'''

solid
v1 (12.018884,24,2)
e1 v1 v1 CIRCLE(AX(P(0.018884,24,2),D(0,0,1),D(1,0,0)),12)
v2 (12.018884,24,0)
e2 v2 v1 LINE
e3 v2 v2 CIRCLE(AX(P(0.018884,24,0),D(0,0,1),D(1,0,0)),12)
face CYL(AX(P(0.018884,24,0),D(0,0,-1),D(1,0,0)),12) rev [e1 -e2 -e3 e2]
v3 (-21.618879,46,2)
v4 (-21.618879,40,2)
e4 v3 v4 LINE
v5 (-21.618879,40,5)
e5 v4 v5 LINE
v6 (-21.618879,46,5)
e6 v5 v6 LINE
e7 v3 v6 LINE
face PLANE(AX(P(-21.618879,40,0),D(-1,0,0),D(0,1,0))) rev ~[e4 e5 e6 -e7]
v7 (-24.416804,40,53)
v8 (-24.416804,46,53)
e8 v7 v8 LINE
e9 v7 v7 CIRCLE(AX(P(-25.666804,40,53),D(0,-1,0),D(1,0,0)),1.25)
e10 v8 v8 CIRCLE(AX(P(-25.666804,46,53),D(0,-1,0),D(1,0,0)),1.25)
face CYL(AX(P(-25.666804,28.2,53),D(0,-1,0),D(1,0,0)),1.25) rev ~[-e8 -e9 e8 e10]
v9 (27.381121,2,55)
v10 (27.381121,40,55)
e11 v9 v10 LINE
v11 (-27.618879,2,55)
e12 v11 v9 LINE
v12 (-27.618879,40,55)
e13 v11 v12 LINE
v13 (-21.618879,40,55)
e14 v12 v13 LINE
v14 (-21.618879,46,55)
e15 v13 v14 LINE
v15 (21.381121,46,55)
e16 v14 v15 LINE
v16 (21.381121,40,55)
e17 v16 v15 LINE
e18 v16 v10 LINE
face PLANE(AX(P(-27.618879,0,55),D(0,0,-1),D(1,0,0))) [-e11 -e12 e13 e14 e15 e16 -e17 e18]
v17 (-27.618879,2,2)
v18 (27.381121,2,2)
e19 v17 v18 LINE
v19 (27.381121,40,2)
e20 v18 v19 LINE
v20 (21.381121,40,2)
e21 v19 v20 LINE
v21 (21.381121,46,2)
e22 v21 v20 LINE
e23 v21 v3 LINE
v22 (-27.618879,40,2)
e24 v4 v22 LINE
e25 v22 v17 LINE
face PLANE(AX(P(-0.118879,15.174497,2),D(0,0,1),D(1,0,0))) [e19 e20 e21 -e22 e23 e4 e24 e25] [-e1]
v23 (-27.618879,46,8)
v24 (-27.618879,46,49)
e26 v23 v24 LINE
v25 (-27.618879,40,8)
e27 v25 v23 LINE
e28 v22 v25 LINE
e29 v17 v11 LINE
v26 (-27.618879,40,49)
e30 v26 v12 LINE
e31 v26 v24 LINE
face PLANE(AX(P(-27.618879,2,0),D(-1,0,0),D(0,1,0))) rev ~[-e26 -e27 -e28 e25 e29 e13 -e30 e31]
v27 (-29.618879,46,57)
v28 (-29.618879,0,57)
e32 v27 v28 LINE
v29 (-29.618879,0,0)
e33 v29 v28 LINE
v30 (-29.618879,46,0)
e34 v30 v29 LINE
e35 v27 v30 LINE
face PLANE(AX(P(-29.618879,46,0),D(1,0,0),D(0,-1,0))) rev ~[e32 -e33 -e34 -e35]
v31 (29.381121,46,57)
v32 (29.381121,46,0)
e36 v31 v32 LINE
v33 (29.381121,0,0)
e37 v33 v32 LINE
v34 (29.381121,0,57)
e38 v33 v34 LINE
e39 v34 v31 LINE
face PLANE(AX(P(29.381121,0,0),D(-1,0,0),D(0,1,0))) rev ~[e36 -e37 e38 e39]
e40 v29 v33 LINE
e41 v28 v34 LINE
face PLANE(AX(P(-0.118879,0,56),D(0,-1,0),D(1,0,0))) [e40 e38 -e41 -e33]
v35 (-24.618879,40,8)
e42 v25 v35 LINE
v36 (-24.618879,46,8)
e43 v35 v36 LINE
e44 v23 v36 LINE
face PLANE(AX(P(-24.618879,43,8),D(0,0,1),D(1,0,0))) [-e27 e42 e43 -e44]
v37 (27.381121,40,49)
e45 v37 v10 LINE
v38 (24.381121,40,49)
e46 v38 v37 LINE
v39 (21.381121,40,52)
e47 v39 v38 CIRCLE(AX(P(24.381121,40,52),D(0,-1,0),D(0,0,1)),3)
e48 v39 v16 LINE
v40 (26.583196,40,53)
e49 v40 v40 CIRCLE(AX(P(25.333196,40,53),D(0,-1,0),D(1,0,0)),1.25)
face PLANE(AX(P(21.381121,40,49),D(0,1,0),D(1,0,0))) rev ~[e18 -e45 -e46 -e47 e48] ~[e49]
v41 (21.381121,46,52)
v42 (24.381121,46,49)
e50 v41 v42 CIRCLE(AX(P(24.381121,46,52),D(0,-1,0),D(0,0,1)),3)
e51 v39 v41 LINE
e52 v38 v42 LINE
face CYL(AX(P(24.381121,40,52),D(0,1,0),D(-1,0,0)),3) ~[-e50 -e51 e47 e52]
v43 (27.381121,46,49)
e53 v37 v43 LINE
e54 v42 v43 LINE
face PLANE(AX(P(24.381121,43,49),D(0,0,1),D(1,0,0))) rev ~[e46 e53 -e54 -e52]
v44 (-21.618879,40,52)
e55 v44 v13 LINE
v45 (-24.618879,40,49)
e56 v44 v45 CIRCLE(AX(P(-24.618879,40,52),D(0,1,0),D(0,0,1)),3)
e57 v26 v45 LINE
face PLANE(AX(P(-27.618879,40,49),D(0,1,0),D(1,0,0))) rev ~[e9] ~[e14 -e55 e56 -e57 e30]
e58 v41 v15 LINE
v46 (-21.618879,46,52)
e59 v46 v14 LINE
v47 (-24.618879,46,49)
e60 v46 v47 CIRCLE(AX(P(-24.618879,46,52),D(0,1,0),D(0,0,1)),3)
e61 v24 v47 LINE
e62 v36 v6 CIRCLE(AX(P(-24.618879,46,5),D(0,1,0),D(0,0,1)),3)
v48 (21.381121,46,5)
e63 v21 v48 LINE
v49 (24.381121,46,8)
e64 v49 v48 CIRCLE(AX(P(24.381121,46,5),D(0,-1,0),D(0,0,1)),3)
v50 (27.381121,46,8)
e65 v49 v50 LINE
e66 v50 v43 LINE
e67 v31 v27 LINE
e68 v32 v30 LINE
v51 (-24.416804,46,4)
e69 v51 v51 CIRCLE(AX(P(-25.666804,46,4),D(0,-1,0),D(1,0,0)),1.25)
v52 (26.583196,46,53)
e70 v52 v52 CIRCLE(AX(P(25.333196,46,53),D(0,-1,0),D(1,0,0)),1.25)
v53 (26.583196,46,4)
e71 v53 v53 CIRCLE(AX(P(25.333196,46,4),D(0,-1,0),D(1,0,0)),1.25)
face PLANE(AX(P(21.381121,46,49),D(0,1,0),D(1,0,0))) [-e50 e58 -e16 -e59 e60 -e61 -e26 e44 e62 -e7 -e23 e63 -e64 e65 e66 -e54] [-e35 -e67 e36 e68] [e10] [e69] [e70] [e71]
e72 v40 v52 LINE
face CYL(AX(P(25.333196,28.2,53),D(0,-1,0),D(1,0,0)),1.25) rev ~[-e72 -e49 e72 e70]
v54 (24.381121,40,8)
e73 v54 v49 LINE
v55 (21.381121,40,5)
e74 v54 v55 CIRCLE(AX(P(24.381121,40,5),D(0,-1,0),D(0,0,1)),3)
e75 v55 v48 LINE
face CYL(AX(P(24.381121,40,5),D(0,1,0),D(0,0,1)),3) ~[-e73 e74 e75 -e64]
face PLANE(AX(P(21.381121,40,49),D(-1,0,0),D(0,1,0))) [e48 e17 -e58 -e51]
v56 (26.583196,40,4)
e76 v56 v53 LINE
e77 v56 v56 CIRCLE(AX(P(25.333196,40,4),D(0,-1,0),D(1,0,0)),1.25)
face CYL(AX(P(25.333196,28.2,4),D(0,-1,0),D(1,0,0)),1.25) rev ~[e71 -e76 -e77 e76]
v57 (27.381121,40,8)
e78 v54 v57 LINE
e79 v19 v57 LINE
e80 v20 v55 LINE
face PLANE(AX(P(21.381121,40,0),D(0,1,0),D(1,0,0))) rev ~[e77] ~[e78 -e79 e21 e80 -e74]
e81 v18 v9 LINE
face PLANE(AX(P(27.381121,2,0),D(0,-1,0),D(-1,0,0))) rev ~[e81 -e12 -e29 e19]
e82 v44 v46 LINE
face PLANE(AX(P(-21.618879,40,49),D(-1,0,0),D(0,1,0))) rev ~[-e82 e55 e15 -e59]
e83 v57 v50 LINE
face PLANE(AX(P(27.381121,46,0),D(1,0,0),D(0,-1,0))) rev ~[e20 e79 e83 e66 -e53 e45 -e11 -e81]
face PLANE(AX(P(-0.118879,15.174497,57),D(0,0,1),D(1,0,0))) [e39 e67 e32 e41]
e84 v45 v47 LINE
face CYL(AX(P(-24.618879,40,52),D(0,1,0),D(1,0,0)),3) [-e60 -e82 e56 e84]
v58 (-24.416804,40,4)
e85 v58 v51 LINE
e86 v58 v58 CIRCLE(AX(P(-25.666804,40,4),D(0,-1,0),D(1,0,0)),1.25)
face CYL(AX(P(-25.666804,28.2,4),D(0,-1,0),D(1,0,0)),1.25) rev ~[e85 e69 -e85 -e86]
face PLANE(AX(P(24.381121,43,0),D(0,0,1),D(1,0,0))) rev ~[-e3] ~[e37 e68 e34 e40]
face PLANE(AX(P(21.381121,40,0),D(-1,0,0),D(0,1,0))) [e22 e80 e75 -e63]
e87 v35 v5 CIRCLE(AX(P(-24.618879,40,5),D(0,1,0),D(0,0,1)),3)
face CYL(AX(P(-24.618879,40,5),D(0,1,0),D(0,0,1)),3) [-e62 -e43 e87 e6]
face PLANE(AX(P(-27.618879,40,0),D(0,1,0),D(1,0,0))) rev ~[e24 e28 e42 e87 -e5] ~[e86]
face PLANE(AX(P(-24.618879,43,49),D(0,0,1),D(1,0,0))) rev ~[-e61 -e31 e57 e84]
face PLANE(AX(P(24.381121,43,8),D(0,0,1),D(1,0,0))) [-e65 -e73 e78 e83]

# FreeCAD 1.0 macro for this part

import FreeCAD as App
import Part
import Sketcher
Q = App.Units.Quantity


def edges_at(feature, points):
    """Names of the edges that pass closest to the given points."""
    edges = feature.Shape.Edges
    near = lambda p: min(range(len(edges)), key=lambda i: edges[i].distToShape(Part.Vertex(*p))[0])
    return sorted({f"Edge{near(p) + 1}" for p in points})


def add_polygon(sketch, points):
    """Adds a closed chain of lines whose ends are joined by coincident constraints."""
    first, n = sketch.GeometryCount, len(points)
    for a, b in zip(points, points[1:] + points[:1]):
        sketch.addGeometry(Part.LineSegment(App.Vector(*a, 0), App.Vector(*b, 0)), False)
    for i in range(n):
        sketch.addConstraint(Sketcher.Constraint("Coincident", first + i, 2, first + (i + 1) % n, 1))

doc = App.newDocument("Part")
params = doc.addObject("Spreadsheet::Sheet", "Params")
for row, (alias, value) in enumerate([
    ("sketch1_diameter", "24 mm"),
    ("sketch1_width", "59 mm"),
    ("sketch1_height", "46 mm"),
    ("pad1_length", "2 mm"),
    ("sketch2_width", "2 mm"),
    ("sketch2_width2", "59 mm"),
    ("sketch2_height", "46 mm"),
    ("sketch2_height2", "44 mm"),
    ("pad2_length", "57 mm"),
    ("sketch3_width", "55 mm"),
    ("sketch3_height", "2 mm"),
    ("pad3_length", "46 mm"),
    ("sketch4_width", "6 mm"),
    ("pad4_length", "8 mm"),
    ("sketch5_width", "6 mm"),
    ("pad5_length", "6 mm"),
    ("sketch6_diameter", "2.5 mm"),
    ("pocket1_length", "30.8 mm"),
    ("fillet_radius", "3 mm"),
], start=1):
    params.set(f"A{row}", alias)
    params.set(f"B{row}", "=" + value)
    params.setAlias(f"B{row}", alias)

body = doc.addObject("PartDesign::Body", "Body")

# Sketch on XY plane
sketch1 = body.newObject("Sketcher::SketchObject", "Sketch")
sketch1.AttachmentSupport = (doc.getObject("XY_Plane"), [""])
sketch1.MapMode = "FlatFace"
add_polygon(sketch1, [(-30, 46), (-30, 0), (29, 0), (29, 46)])  # lines 0-3
sketch1.addGeometry(Part.Circle(App.Vector(0, 24, 0), App.Vector(0, 0, 1), 12), False)  # 4
sketch1.addConstraint(Sketcher.Constraint("Vertical", 0))
sketch1.addConstraint(Sketcher.Constraint("Horizontal", 1))
sketch1.addConstraint(Sketcher.Constraint("Vertical", 2))
sketch1.addConstraint(Sketcher.Constraint("Horizontal", 3))
sketch1.addConstraint(Sketcher.Constraint("PointOnObject", 0, 2, -1))
sketch1.addConstraint(Sketcher.Constraint("Diameter", 4, Q("24 mm")))
sketch1.addConstraint(Sketcher.Constraint("DistanceX", 1, 1, 1, 2, Q("59 mm")))
sketch1.addConstraint(Sketcher.Constraint("DistanceY", 0, 2, 0, 1, Q("46 mm")))
sketch1.addConstraint(Sketcher.Constraint("DistanceY", -1, 1, 4, 3, Q("24 mm")))
sketch1.addConstraint(Sketcher.Constraint("DistanceX", 0, 2, -1, 1, Q("29.618879 mm")))
sketch1.addConstraint(Sketcher.Constraint("DistanceX", -1, 1, 4, 3, Q("0.018884 mm")))
sketch1.setExpression("Constraints[9]", "Params.sketch1_diameter")
sketch1.setExpression("Constraints[10]", "Params.sketch1_width")
sketch1.setExpression("Constraints[11]", "Params.sketch1_height")
pad1 = body.newObject("PartDesign::Pad", "Pad")
pad1.Profile = sketch1
pad1.setExpression("Length", "Params.pad1_length")

# Sketch on XY plane
sketch2 = body.newObject("Sketcher::SketchObject", "Sketch001")
sketch2.AttachmentSupport = (doc.getObject("XY_Plane"), [""])
sketch2.MapMode = "FlatFace"
add_polygon(sketch2, [(-27.6, 46), (-29.6, 46), (-29.6, 0), (29.4, 0), (29.4, 46), (27.4, 46), (27.4, 2), (-27.6, 2)])  # lines 0-7
sketch2.addConstraint(Sketcher.Constraint("Horizontal", 0))
sketch2.addConstraint(Sketcher.Constraint("Vertical", 1))
sketch2.addConstraint(Sketcher.Constraint("Horizontal", 2))
sketch2.addConstraint(Sketcher.Constraint("Vertical", 3))
sketch2.addConstraint(Sketcher.Constraint("Horizontal", 4))
sketch2.addConstraint(Sketcher.Constraint("Vertical", 5))
sketch2.addConstraint(Sketcher.Constraint("Horizontal", 6))
sketch2.addConstraint(Sketcher.Constraint("Vertical", 7))
sketch2.addConstraint(Sketcher.Constraint("PointOnObject", 1, 2, -1))
sketch2.addConstraint(Sketcher.Constraint("Horizontal", 0, 2, 3, 2))
sketch2.addConstraint(Sketcher.Constraint("Equal", 0, 4))
sketch2.addConstraint(Sketcher.Constraint("DistanceX", 0, 2, 0, 1, Q("2 mm")))
sketch2.addConstraint(Sketcher.Constraint("DistanceX", 2, 1, 2, 2, Q("59 mm")))
sketch2.addConstraint(Sketcher.Constraint("DistanceY", 1, 2, 1, 1, Q("46 mm")))
sketch2.addConstraint(Sketcher.Constraint("DistanceY", 5, 2, 5, 1, Q("44 mm")))
sketch2.addConstraint(Sketcher.Constraint("DistanceX", 0, 2, -1, 1, Q("29.618879 mm")))
sketch2.setExpression("Constraints[19]", "Params.sketch2_width")
sketch2.setExpression("Constraints[20]", "Params.sketch2_width2")
sketch2.setExpression("Constraints[21]", "Params.sketch2_height")
sketch2.setExpression("Constraints[22]", "Params.sketch2_height2")
pad2 = body.newObject("PartDesign::Pad", "Pad001")
pad2.Profile = sketch2
pad2.setExpression("Length", "Params.pad2_length")

# Sketch on XZ plane
sketch3 = body.newObject("Sketcher::SketchObject", "Sketch002")
sketch3.AttachmentSupport = (doc.getObject("XZ_Plane"), [""])
sketch3.MapMode = "FlatFace"
add_polygon(sketch3, [(-27.6, 57), (-27.6, 55), (27.4, 55), (27.4, 57)])  # lines 0-3
sketch3.addConstraint(Sketcher.Constraint("Vertical", 0))
sketch3.addConstraint(Sketcher.Constraint("Horizontal", 1))
sketch3.addConstraint(Sketcher.Constraint("Vertical", 2))
sketch3.addConstraint(Sketcher.Constraint("Horizontal", 3))
sketch3.addConstraint(Sketcher.Constraint("DistanceX", 1, 1, 1, 2, Q("55 mm")))
sketch3.addConstraint(Sketcher.Constraint("DistanceY", 0, 2, 0, 1, Q("2 mm")))
sketch3.addConstraint(Sketcher.Constraint("DistanceY", -1, 1, 0, 2, Q("55 mm")))
sketch3.addConstraint(Sketcher.Constraint("DistanceX", 0, 2, -1, 1, Q("27.618879 mm")))
sketch3.setExpression("Constraints[8]", "Params.sketch3_width")
sketch3.setExpression("Constraints[9]", "Params.sketch3_height")
pad3 = body.newObject("PartDesign::Pad", "Pad002")
pad3.Profile = sketch3
pad3.setExpression("Length", "Params.pad3_length")
pad3.Reversed = True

'''

Copy out, exactly and alone, the lines of the entries above between the ones holding "e81 v18 v9 LINE" and "e83 v57 v50 LINE", inclusive.

e81 v18 v9 LINE
face PLANE(AX(P(27.381121,2,0),D(0,-1,0),D(-1,0,0))) rev ~[e81 -e12 -e29 e19]
e82 v44 v46 LINE
face PLANE(AX(P(-21.618879,40,49),D(-1,0,0),D(0,1,0))) rev ~[-e82 e55 e15 -e59]
e83 v57 v50 LINE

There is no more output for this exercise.